It is rumoured mortal chaos will be getting a new book around the end of the year. The chaos warrior models probably wont be changing much, if at all. Chaos will be easier for a beginner to use, as well as requiring less models to buy and paint.

Here's a reason NOT to buy the Vamps: The skeletons are now sold in boxes of 10, which is nowhere near enough to be effective. Chaos warriors are sold in boxes of 12, which is easily enough to bring the pain...


----------



## Hespithe

Also keep in mind that Skellies are easily picked up from Ebay by the horde.

Yup, Hordes of Chaos (Mortals) is on the list for release during this year.

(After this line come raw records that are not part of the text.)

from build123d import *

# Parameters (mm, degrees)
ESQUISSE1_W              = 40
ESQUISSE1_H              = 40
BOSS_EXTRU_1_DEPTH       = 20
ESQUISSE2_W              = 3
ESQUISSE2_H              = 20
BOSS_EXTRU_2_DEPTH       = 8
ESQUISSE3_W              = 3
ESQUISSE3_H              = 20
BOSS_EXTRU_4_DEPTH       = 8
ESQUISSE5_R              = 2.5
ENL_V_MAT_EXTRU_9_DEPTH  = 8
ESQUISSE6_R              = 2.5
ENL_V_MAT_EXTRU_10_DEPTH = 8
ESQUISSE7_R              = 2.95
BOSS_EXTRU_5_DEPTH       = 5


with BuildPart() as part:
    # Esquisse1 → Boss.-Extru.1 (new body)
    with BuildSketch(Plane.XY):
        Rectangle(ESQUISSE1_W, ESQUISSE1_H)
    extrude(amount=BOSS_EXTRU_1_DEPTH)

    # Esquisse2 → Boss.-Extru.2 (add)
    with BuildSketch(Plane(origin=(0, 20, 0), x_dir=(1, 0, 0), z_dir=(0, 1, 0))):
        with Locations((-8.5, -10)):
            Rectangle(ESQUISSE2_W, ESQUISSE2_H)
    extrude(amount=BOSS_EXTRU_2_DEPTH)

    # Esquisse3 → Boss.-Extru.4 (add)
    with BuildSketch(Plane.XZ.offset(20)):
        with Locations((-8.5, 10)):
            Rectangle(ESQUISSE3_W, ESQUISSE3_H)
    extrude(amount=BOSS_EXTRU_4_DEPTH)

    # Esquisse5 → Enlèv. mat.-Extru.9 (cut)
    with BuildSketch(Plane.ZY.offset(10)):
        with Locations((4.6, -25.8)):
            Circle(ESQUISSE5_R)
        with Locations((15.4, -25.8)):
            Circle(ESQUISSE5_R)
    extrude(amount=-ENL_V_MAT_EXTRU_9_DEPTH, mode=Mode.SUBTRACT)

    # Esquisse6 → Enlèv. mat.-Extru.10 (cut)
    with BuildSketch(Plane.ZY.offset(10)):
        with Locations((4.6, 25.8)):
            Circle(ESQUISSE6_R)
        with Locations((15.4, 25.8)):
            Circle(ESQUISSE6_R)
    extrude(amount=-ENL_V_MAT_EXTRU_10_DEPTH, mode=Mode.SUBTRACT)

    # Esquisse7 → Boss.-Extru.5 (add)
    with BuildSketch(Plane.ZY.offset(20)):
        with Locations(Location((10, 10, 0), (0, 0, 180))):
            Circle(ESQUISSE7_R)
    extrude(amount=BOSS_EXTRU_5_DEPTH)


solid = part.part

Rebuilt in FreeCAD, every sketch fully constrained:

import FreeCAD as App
import Part
import Sketcher

V = App.Vector
Q = App.Units.Quantity


def add_polygon(sketch, points):
    """Adds a closed chain of lines whose ends are joined by coincident constraints."""
    first, n = sketch.GeometryCount, len(points)
    for a, b in zip(points, points[1:] + points[:1]):
        sketch.addGeometry(Part.LineSegment(App.Vector(*a, 0), App.Vector(*b, 0)), False)
    for i in range(n):
        sketch.addConstraint(Sketcher.Constraint("Coincident", first + i, 2, first + (i + 1) % n, 1))

doc = App.newDocument("Part")
body = doc.addObject("PartDesign::Body", "Body")

# Sketch on XY plane
sketch1 = body.newObject("Sketcher::SketchObject", "Sketch")
sketch1.AttachmentSupport = (doc.getObject("XY_Plane"), [""])
sketch1.MapMode = "FlatFace"
add_polygon(sketch1, [(-20, 20), (-20, -20), (20, -20), (20, 20)])  # lines 0-3
sketch1.addConstraint([
    Sketcher.Constraint("Vertical", 0),
    Sketcher.Constraint("Horizontal", 1),
    Sketcher.Constraint("Vertical", 2),
    Sketcher.Constraint("Horizontal", 3),
    Sketcher.Constraint("Symmetric", 0, 2, 2, 2, -1, 1),
    Sketcher.Constraint("Equal", 3, 0),
    Sketcher.Constraint("DistanceX", 1, 1, 1, 2, Q("40 mm")),
])
pad1 = body.newObject("PartDesign::Pad", "Pad")
pad1.Profile = sketch1
pad1.Length = 20

# Sketch on XZ plane
sketch2 = body.newObject("Sketcher::SketchObject", "Sketch001")
sketch2.AttachmentSupport = (doc.getObject("XZ_Plane"), [""])
sketch2.MapMode = "FlatFace"
sketch2.AttachmentOffset = App.Placement(V(0, 0, -20), App.Rotation())
add_polygon(sketch2, [(-10, 0), (-10, 20), (-7, 20), (-7, 0)])  # lines 0-3
sketch2.addConstraint([
    Sketcher.Constraint("Vertical", 0),
    Sketcher.Constraint("Horizontal", 1),
    Sketcher.Constraint("Vertical", 2),
    Sketcher.Constraint("Horizontal", 3),
    Sketcher.Constraint("PointOnObject", 2, 2, -1),
    Sketcher.Constraint("DistanceX", 1, 1, 1, 2, Q("3 mm")),
    Sketcher.Constraint("DistanceY", 0, 1, 0, 2, Q("20 mm")),
    Sketcher.Constraint("DistanceX", 0, 2, -1, 1, Q("10 mm")),
])
pad2 = body.newObject("PartDesign::Pad", "Pad001")
pad2.Profile = sketch2
pad2.Length = 8
pad2.Reversed = True

# Sketch on XZ plane
sketch3 = body.newObject("Sketcher::SketchObject", "Sketch002")
sketch3.AttachmentSupport = (doc.getObject("XZ_Plane"), [""])
sketch3.MapMode = "FlatFace"
sketch3.AttachmentOffset = App.Placement(V(0, 0, 20), App.Rotation())
add_polygon(sketch3, [(-10, 20), (-10, 0), (-7, 0), (-7, 20)])  # lines 0-3
sketch3.addConstraint([
    Sketcher.Constraint("Vertical", 0),
    Sketcher.Constraint("Horizontal", 1),
    Sketcher.Constraint("Vertical", 2),
    Sketcher.Constraint("Horizontal", 3),
    Sketcher.Constraint("PointOnObject", 0, 2, -1),
    Sketcher.Constraint("DistanceX", 1, 1, 1, 2, Q("3 mm")),
    Sketcher.Constraint("DistanceY", 0, 2, 0, 1, Q("20 mm")),
    Sketcher.Constraint("DistanceX", 0, 2, -1, 1, Q("10 mm")),
])
pad3 = body.newObject("PartDesign::Pad", "Pad002")
pad3.Profile = sketch3
pad3.Length = 8

# Sketch on YZ plane
sketch4 = body.newObject("Sketcher::SketchObject", "Sketch003")
sketch4.AttachmentSupport = (doc.getObject("YZ_Plane"), [""])
sketch4.MapMode = "FlatFace"
sketch4.AttachmentOffset = App.Placement(V(0, 0, -10), App.Rotation())
sketch4.addGeometry([
    Part.Circle(V(-25.8, 4.6, 0), V(0, 0, 1), 2.5),
    Part.Circle(V(-25.8, 15.4, 0), V(0, 0, 1), 2.5),
], False)
sketch4.addConstraint([
    Sketcher.Constraint("Equal", 0, 1),
    Sketcher.Constraint("Vertical", 0, 3, 1, 3),
    Sketcher.Constraint("Diameter", 0, Q("5 mm")),
    Sketcher.Constraint("DistanceX", 0, 3, -1, 1, Q("25.8 mm")),
    Sketcher.Constraint("DistanceY", -1, 1, 0, 3, Q("4.6 mm")),
    Sketcher.Constraint("DistanceY", -1, 1, 1, 3, Q("15.4 mm")),
])
pocket1 = body.newObject("PartDesign::Pocket", "Pocket")
pocket1.Profile = sketch4
pocket1.Length = 8
pocket1.Reversed = True

# Sketch on YZ plane
sketch5 = body.newObject("Sketcher::SketchObject", "Sketch004")
sketch5.AttachmentSupport = (doc.getObject("YZ_Plane"), [""])
sketch5.MapMode = "FlatFace"
sketch5.AttachmentOffset = App.Placement(V(0, 0, -10), App.Rotation())
sketch5.addGeometry([
    Part.Circle(V(25.8, 4.6, 0), V(0, 0, 1), 2.5),
    Part.Circle(V(25.8, 15.4, 0), V(0, 0, 1), 2.5),
], False)
sketch5.addConstraint([
    Sketcher.Constraint("Equal", 0, 1),
    Sketcher.Constraint("Vertical", 0, 3, 1, 3),
    Sketcher.Constraint("Diameter", 0, Q("5 mm")),
    Sketcher.Constraint("DistanceX", -1, 1, 0, 3, Q("25.8 mm")),
    Sketcher.Constraint("DistanceY", -1, 1, 0, 3, Q("4.6 mm")),
    Sketcher.Constraint("DistanceY", -1, 1, 1, 3, Q("15.4 mm")),
])
pocket2 = body.newObject("PartDesign::Pocket", "Pocket001")
pocket2.Profile = sketch5
pocket2.Length = 8
pocket2.Reversed = True

# Sketch on YZ plane
sketch6 = body.newObject("Sketcher::SketchObject", "Sketch005")
sketch6.AttachmentSupport = (doc.getObject("YZ_Plane"), [""])
sketch6.MapMode = "FlatFace"
sketch6.AttachmentOffset = App.Placement(V(0, 0, -20), App.Rotation())
sketch6.addGeometry(Part.Circle(V(10, 10, 0), V(0, 0, 1), 2.95), False)
sketch6.addConstraint([
    Sketcher.Constraint("Diameter", 0, Q("5.9 mm")),
    Sketcher.Constraint("DistanceX", -1, 1, 0, 3, Q("10 mm")),
    Sketcher.Constraint("DistanceY", -1, 1, 0, 3, Q("10 mm")),
])
pad4 = body.newObject("PartDesign::Pad", "Pad003")
pad4.Profile = sketch6
pad4.Length = 5
pad4.Reversed = True

doc.recompute()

As for the box set pieces... the only thing that WHFB uses that 40K does not is the Artillery Die. This one as the numbers 2, 4, 6, 8, 10, and a 'Misfire' symbol. It is mainly for use with warmachines, tough some other units like Ogre Kingdoms Leadbelchers use it as well. These can be purchased separately, I believe, and are also sold is dice sets by GW.


----------



## swntzu

There's the artillery dice but I'm sure a friend will have a spare one.


----------



## Silb

Wow, no one has posted on this thread for a while and nobody has answered my question about what heroes and core choices are good for Vampire Counts or Hordes of Chaos.


----------



## asianavatar

The mortal chaos rules that are coming seem to be a white dwarf thing, kind of like the BA article. Heard chosen knights are dropping in points.

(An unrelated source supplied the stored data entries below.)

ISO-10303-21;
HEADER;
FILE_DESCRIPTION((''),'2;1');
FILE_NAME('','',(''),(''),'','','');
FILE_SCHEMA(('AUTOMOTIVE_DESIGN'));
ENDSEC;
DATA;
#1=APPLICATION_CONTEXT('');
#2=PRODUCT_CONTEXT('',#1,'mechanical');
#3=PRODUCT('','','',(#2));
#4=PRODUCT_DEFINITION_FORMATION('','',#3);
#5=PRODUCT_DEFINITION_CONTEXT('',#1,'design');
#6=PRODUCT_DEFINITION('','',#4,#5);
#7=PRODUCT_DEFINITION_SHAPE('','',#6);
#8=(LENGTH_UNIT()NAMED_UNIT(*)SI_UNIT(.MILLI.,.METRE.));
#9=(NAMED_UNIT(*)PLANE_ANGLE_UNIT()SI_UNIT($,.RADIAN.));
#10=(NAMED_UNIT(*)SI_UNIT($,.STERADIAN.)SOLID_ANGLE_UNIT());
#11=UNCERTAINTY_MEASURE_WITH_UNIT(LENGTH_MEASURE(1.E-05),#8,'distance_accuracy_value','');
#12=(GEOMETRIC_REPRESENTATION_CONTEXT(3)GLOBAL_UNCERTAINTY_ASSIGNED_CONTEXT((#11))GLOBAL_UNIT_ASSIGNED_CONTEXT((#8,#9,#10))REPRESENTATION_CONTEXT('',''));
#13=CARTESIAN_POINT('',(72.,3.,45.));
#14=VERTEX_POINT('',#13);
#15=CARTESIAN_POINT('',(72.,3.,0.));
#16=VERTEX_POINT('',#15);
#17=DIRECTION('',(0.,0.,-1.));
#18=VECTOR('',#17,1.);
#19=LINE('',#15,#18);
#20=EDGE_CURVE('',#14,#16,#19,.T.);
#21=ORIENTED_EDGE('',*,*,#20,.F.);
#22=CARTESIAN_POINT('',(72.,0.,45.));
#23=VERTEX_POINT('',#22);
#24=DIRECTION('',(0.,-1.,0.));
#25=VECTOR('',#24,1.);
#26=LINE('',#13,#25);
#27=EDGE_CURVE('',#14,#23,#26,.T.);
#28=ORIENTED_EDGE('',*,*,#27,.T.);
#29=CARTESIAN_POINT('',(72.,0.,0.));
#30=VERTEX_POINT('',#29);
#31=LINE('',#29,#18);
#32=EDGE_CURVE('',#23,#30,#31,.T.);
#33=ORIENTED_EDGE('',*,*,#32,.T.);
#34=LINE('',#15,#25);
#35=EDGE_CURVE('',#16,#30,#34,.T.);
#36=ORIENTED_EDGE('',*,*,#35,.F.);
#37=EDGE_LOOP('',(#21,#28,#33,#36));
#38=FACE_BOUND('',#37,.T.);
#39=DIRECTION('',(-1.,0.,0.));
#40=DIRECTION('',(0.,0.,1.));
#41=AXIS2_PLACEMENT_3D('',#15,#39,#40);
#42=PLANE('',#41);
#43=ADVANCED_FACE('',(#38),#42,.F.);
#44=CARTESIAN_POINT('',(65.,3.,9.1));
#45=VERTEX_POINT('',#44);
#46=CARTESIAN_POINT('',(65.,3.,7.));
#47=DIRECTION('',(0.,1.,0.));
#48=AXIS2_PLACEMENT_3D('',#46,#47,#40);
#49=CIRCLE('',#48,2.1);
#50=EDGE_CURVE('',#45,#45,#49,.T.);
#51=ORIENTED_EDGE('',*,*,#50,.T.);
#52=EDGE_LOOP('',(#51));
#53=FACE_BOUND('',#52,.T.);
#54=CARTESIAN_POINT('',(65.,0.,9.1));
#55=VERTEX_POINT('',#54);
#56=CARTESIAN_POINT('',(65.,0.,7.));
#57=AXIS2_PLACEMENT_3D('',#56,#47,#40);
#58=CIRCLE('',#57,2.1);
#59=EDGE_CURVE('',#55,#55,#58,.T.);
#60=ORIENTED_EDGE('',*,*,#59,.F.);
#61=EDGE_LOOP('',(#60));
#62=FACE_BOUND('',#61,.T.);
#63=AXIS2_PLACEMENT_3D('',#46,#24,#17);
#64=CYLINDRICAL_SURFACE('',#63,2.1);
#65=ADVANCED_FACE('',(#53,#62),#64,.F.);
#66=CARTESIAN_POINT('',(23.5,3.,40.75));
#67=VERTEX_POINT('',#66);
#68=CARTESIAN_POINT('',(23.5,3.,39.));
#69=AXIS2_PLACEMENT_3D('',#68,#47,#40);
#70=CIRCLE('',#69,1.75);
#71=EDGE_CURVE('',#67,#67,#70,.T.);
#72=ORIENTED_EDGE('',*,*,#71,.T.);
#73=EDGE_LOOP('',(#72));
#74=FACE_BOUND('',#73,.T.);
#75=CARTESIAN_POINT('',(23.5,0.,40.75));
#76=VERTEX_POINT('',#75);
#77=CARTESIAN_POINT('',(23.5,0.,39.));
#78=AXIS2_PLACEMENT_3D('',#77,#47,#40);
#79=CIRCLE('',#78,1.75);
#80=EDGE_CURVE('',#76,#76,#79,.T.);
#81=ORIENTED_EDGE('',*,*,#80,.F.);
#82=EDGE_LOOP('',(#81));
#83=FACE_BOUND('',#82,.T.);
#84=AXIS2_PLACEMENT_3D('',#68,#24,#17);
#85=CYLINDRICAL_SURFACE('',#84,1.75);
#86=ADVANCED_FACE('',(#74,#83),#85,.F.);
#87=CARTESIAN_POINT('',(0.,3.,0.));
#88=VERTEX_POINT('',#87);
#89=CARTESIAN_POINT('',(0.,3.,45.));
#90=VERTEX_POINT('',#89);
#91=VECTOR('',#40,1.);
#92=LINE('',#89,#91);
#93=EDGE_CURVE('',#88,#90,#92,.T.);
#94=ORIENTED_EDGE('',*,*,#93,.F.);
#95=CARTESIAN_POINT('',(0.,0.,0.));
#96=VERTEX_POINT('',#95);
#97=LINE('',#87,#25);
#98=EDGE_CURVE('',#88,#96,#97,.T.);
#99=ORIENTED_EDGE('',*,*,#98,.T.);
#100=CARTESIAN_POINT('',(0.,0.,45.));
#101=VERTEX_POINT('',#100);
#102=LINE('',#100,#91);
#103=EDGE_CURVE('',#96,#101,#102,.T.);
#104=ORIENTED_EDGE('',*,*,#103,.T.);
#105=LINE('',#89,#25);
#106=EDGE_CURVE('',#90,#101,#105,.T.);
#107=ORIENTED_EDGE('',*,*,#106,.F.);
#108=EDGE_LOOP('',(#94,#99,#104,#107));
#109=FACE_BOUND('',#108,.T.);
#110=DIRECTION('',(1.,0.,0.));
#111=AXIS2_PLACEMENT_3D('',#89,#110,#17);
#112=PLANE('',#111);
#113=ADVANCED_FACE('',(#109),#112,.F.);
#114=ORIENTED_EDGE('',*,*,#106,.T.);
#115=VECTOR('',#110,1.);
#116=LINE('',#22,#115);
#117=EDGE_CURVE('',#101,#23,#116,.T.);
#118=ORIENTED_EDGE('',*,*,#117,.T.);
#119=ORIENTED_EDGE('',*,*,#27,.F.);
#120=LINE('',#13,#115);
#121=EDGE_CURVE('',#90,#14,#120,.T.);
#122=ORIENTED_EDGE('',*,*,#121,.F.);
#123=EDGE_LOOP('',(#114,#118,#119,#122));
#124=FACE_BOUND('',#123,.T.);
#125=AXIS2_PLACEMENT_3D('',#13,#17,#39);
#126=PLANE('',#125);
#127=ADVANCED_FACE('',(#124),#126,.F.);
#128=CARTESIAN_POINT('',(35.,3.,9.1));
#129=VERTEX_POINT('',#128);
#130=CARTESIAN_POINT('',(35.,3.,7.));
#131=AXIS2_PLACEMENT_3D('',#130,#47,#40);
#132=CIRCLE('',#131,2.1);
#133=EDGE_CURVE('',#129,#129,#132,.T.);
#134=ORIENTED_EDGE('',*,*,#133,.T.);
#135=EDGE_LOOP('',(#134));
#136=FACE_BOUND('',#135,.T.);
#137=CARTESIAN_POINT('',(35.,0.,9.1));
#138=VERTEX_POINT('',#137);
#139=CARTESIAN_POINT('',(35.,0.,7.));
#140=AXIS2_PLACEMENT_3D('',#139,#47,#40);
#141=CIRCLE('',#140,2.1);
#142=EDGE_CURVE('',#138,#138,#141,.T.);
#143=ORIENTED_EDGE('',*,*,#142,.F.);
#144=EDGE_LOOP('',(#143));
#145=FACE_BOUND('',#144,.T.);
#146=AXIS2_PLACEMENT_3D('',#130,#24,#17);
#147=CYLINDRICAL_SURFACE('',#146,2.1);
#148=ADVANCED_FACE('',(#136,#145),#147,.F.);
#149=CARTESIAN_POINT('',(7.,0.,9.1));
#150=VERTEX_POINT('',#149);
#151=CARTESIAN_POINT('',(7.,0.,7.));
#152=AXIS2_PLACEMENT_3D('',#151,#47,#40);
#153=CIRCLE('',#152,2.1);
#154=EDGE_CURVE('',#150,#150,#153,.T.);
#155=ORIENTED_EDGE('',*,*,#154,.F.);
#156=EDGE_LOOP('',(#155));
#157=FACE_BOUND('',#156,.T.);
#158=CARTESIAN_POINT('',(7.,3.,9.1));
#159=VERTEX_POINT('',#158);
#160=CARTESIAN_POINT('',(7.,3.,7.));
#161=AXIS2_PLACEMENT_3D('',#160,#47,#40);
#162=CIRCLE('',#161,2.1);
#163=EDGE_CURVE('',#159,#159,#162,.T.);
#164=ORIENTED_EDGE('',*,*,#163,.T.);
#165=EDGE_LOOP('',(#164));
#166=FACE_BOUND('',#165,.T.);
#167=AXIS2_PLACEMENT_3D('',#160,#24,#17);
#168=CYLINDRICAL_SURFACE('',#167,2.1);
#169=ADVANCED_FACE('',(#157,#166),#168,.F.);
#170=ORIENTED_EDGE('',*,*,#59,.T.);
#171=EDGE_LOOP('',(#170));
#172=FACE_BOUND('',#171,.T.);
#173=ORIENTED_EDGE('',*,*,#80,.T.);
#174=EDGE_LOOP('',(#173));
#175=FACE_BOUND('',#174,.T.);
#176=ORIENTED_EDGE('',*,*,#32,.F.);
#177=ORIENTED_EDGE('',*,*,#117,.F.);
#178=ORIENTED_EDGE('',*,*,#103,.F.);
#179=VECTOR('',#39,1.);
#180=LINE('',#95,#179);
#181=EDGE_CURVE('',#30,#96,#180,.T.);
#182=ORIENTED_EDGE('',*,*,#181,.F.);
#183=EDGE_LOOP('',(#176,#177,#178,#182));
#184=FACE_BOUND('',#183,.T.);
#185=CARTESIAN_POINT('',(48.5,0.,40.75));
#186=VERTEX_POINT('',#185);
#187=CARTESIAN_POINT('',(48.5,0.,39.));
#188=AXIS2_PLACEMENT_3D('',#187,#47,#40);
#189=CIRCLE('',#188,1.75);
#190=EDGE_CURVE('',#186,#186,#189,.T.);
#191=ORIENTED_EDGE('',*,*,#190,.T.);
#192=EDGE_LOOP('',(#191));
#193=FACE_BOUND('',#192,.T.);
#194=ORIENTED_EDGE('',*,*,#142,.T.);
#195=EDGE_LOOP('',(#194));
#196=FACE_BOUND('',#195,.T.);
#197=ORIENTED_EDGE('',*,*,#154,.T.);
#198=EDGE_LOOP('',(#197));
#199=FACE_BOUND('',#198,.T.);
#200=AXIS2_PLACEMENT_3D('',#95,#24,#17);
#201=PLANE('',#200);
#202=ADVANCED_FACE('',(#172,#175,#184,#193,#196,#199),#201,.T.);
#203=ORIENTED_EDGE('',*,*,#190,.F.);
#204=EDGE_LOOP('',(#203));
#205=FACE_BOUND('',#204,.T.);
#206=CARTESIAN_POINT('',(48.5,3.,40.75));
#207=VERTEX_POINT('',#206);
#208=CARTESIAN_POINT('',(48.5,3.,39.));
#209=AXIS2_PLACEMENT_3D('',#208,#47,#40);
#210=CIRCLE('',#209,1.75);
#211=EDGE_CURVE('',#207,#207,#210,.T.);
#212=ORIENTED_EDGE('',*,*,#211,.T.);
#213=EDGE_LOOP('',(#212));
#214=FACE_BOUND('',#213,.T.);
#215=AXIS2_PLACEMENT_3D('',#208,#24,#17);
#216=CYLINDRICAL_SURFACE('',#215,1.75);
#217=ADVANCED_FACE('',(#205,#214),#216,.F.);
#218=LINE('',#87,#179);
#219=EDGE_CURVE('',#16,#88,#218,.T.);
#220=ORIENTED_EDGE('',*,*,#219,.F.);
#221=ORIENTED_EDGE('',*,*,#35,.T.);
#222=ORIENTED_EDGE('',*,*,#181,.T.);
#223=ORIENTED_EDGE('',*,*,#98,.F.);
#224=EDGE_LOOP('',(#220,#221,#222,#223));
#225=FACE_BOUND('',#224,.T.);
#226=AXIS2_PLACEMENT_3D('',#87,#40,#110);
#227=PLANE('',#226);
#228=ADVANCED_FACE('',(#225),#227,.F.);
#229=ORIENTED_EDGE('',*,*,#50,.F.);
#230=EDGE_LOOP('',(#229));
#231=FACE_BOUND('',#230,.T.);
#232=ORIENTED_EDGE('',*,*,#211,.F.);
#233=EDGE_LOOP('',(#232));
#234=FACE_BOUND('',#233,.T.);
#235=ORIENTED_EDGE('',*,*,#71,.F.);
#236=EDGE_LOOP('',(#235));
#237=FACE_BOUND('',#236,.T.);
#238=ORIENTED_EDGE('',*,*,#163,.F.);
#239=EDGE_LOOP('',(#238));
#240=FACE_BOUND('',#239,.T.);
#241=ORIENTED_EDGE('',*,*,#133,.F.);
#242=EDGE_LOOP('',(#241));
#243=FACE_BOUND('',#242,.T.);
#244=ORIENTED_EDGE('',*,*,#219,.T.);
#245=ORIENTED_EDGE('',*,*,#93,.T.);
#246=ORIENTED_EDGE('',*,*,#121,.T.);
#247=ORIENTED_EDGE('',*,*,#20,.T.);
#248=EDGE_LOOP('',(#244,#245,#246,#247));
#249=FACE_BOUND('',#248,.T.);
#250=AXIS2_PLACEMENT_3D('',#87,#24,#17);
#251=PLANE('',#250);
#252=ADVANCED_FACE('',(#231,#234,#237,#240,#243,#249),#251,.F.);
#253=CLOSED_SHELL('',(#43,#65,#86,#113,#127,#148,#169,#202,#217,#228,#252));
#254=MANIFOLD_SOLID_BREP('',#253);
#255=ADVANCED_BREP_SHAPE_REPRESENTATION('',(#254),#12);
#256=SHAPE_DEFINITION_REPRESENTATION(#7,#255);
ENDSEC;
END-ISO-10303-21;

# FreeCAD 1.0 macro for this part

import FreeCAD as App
import Part
import Sketcher

V = App.Vector
Q = App.Units.Quantity

doc = App.newDocument("Part")
body = doc.addObject("PartDesign::Body", "Body")

# Sketch on XZ plane
sketch1 = doc.addObject("Sketcher::SketchObject", "Sketch")
body.addObject(sketch1)
sketch1.AttachmentSupport = (doc.XZ_Plane, [""])
sketch1.MapMode = "FlatFace"
sketch1.addGeometry([
    Part.LineSegment(V(0, 0, 0), V(0, 45, 0)),  # 0
    Part.LineSegment(V(0, 45, 0), V(72, 45, 0)),  # 1
    Part.LineSegment(V(72, 45, 0), V(72, 0, 0)),  # 2
    Part.LineSegment(V(72, 0, 0), V(0, 0, 0)),  # 3
    Part.Circle(V(23.5, 39, 0), V(0, 0, 1), 1.75),  # 4
    Part.Circle(V(48.5, 39, 0), V(0, 0, 1), 1.75),  # 5
    Part.Circle(V(7, 7, 0), V(0, 0, 1), 2.1),  # 6
    Part.Circle(V(35, 7, 0), V(0, 0, 1), 2.1),  # 7
    Part.Circle(V(65, 7, 0), V(0, 0, 1), 2.1),  # 8
], False)
sketch1.addConstraint([
    Sketcher.Constraint("Coincident", 0, 2, 1, 1),
    Sketcher.Constraint("Coincident", 1, 2, 2, 1),
    Sketcher.Constraint("Coincident", 2, 2, 3, 1),
    Sketcher.Constraint("Coincident", 3, 2, 0, 1),
    Sketcher.Constraint("Vertical", 0),
    Sketcher.Constraint("Horizontal", 1),
    Sketcher.Constraint("Vertical", 2),
    Sketcher.Constraint("Horizontal", 3),
    Sketcher.Constraint("Coincident", 3, 2, -1, 1),
    Sketcher.Constraint("Equal", 4, 5),
    Sketcher.Constraint("Equal", 6, 7),
    Sketcher.Constraint("Equal", 7, 8),
    Sketcher.Constraint("Horizontal", 4, 3, 5, 3),
    Sketcher.Constraint("Horizontal", 6, 3, 7, 3),
    Sketcher.Constraint("Horizontal", 7, 3, 8, 3),
    Sketcher.Constraint("Diameter", 4, Q("3.5 mm")),
    Sketcher.Constraint("Diameter", 6, Q("4.2 mm")),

Not sure about chaos, but for Vamps your main core are pretty much all skeletons. Maybe a unit of zombies just to hold stuff up and a unit of dire wolves for flank charges. A corpse cart might be useful too. But the Vamp army becomes great with its characters and Elites and special. You can easily give a unit of grave guard a banner with regen along with raise, just an example. Think a unit of 20 grave guard with a vamp, in CC armour save on 4+, 5+ ward plus regen. Than if that fails, just raise em again next turn.


----------



## swntzu

Interesting. Free rules are always good.

Good heroes for vampire counts are, well, vampires! They can cast and fight but do be wary of spending too many points on them. A wight king is always good for the killing blow but his statline is not so good.


----------